I am trying to build an SQL query on an omekaS database to extract books with a specific title and date.
In this system, the table holding the values is called value
, and the relevant attributes are as so :
value
-id (pk)
-resource_id
-type (int)
-value
The resource_Id
is the identifier through the db
Value is one field; like the book "Moby Dick" written in 1822 (random date) would look like this in db. Type tells us what is it (arbitrarily, 1
is titles and 2
is publishing year)
Id | resource_id | type | value |
---|---|---|---|
1 | 1 | 1 | Moby dick |
2 | 1 | 2 | 1822 |
I need to take all books with a certain title, published in a set of years
Basically
Select all the columns from value
Where value is a title and of type title
And value is in a set of years
And with all these having the same resource_id
I get lost, and I have no idea how to do this.
What would be the best way?
Thanks
CodePudding user response:
If you need to check more types, you can check with AND EXISTS (SELECT 1 FROM ...WHERE type = 3 AND ...)
if the conditions are met
I renemd the table name, it is confusing to use cloumn names and table names with identical names.
CREATE TABLE books ( `Id` INTEGER, `resource_id` INTEGER, `type` INTEGER, `value` VARCHAR(20) ); INSERT INTO books (`Id`, `resource_id`, `type`, `value`) VALUES ('1', '1', '1', 'Moby Dick'), ('2', '1', '2', '1822');
SELECT `resource_id`, `value` FROM books WHERE `type` = 1 AND `resource_id` IN (SELECT `resource_id` FROM books WHERE `type`= 2 AND `value` IN ('1822','1984'))
resource_id | value ----------: | :-------- 1 | Moby Dick
db<>fiddle here
And if you want to have them in a row
SELECT b1.`resource_id`, b1.`value` , b2.`value` FROM books b1 INNER JOIN books b2 ON b1.`resource_id` = b2.`resource_id` and b2.`type`= 2 WHERE b1. `type` = 1 ANd b1.`resource_id` IN (SELECT `resource_id` FROM books WHERE `type`= 2 AND `value` IN ('1822','1984'))

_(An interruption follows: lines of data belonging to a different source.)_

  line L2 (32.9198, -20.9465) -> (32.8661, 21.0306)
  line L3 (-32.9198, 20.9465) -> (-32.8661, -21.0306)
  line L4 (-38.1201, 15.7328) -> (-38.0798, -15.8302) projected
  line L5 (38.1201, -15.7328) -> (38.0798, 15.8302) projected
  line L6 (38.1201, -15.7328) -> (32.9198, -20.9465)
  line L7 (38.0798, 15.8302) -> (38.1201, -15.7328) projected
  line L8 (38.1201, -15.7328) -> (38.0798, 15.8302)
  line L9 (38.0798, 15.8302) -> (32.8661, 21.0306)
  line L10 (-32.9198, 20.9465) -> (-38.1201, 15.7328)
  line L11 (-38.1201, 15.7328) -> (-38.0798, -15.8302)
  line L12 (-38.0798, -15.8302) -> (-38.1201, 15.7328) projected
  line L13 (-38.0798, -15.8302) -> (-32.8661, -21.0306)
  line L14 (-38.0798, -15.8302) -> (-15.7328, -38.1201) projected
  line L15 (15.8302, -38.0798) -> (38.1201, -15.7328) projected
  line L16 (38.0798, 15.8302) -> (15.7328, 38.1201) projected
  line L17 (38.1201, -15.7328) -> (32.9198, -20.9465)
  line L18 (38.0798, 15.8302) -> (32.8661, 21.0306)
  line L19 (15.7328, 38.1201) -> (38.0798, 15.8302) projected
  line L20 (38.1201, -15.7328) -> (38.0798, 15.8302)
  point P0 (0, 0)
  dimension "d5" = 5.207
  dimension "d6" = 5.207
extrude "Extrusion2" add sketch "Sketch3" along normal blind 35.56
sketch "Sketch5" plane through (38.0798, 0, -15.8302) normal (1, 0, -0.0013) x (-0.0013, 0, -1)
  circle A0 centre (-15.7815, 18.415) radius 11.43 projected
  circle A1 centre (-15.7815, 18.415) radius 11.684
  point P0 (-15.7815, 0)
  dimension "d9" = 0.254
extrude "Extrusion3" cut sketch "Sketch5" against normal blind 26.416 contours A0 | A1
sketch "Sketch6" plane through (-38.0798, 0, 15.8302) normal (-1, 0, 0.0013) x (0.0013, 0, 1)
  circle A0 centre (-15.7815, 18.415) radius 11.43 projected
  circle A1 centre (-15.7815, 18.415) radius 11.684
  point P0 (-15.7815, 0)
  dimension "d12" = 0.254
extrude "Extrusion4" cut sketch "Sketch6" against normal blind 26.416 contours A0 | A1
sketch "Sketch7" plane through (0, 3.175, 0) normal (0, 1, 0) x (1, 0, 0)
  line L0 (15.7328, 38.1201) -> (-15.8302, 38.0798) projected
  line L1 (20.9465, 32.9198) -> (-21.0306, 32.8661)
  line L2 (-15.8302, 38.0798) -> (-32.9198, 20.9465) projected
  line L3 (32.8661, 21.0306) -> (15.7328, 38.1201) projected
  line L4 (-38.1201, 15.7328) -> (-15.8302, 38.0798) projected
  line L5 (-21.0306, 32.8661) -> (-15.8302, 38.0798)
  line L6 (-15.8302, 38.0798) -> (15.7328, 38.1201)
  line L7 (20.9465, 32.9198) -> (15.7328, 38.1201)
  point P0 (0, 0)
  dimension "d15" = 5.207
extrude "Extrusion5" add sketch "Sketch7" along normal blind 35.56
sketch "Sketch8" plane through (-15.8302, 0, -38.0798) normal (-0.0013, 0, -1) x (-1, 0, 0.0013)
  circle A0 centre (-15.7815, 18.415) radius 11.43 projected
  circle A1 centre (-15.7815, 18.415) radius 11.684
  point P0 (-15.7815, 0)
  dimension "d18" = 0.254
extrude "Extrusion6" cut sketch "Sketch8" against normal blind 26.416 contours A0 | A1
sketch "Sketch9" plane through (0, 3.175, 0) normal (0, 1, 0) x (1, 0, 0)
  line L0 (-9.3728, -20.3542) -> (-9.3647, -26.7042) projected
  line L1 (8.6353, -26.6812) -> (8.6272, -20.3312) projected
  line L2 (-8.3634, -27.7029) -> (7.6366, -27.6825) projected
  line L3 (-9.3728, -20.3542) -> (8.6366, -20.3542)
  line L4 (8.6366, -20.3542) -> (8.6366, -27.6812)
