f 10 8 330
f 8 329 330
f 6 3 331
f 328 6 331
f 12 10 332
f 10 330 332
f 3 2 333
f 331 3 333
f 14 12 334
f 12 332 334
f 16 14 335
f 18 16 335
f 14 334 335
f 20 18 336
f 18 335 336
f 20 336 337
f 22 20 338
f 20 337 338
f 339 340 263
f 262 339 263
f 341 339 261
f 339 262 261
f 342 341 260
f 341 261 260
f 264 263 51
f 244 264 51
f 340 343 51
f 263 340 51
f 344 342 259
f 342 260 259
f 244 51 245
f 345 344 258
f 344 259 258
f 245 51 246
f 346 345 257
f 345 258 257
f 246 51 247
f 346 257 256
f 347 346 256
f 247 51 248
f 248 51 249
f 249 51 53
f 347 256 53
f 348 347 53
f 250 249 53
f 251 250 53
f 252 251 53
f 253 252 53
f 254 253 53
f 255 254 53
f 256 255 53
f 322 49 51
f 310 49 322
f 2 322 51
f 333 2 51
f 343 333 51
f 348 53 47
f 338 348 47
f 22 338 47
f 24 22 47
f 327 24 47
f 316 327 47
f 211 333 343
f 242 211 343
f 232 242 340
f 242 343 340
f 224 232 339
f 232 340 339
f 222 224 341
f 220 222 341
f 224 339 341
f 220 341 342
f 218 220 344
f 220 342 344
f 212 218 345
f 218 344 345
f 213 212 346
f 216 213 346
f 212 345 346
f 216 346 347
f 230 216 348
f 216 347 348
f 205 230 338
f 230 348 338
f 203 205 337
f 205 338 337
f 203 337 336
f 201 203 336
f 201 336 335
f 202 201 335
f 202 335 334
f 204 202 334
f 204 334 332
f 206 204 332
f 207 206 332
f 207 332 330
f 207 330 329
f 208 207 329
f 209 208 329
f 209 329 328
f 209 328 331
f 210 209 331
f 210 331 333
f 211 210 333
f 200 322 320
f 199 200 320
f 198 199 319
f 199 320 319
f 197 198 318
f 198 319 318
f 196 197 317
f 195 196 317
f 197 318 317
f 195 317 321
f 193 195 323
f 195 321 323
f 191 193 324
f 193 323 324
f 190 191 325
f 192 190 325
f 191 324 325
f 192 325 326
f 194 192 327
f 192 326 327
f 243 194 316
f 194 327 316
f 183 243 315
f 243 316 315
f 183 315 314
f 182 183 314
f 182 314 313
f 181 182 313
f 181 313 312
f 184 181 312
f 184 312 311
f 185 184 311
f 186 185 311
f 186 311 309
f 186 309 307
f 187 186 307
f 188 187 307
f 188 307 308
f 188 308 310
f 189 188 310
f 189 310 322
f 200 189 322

resource_id | value | value ----------: | :-------- | :---- 1 | Moby Dick | 1822
db<>fiddle here
CodePudding user response:
should be a simple self-join. The where clause of one table has common ID to the second instance on the second filtering criteria.
select
v1.resource_id,
v1.value Title,
v2.value YearPublished
from
Value v1
Join Value v2
on v2.type = 2
AND v2.value in ( 1822, 1835, 1912 )
AND v1.resource_id = v2.resource_id
where
v1.type = 1
v1.value = 'Moby Dick'
I would have a composite index on your table on (type, value, resource_id) instead of individual indexes on each column
Now lets look at what this is doing. If you look at the very BASIC part of the query as it only pertains to the "v1" alias, it is looking for the type = 1 (representing the title), AND the value is the name of the book of interest. You probably get that easy enough.
So now all you are doing is adding an additional criteria for a year written/published (or whatever your other "types" of data indicate). This becomes the join to the same table AGAIN, but with a different alias. Now, for the relationship, just put THAT criteria there, but IN ADDITION, you are also making sure the resource_id is the same as in the first v1 resource found.
The benefit here, is your outer primary query will start the data looking FIRST for only those that qualify for the title which would be a somewhat small list. And then, only from that small list does it even care if there is a join condition to the second table by the same resource AND the additional query you are looking for (the list of dates, years, or whatever).
Now if you had some other "value" with a type of 3, but did not care what values were in that, you would just join to the value table again as ex: alias v3, but only do the join on the v3.type = 3 and v1.resource_id = v3.resource_id
By using the alias references, and the value column, just assign the final column alias name to what it is supposed to represent as sampled here.
If doing such a possible 3rd, 4th, or more to the same value table, you probably want an additional index on (resource_id, type, value). Yes, two indexes with same columns, but to optimize the 2nd, 3rd, 4th JOIN condition purposes.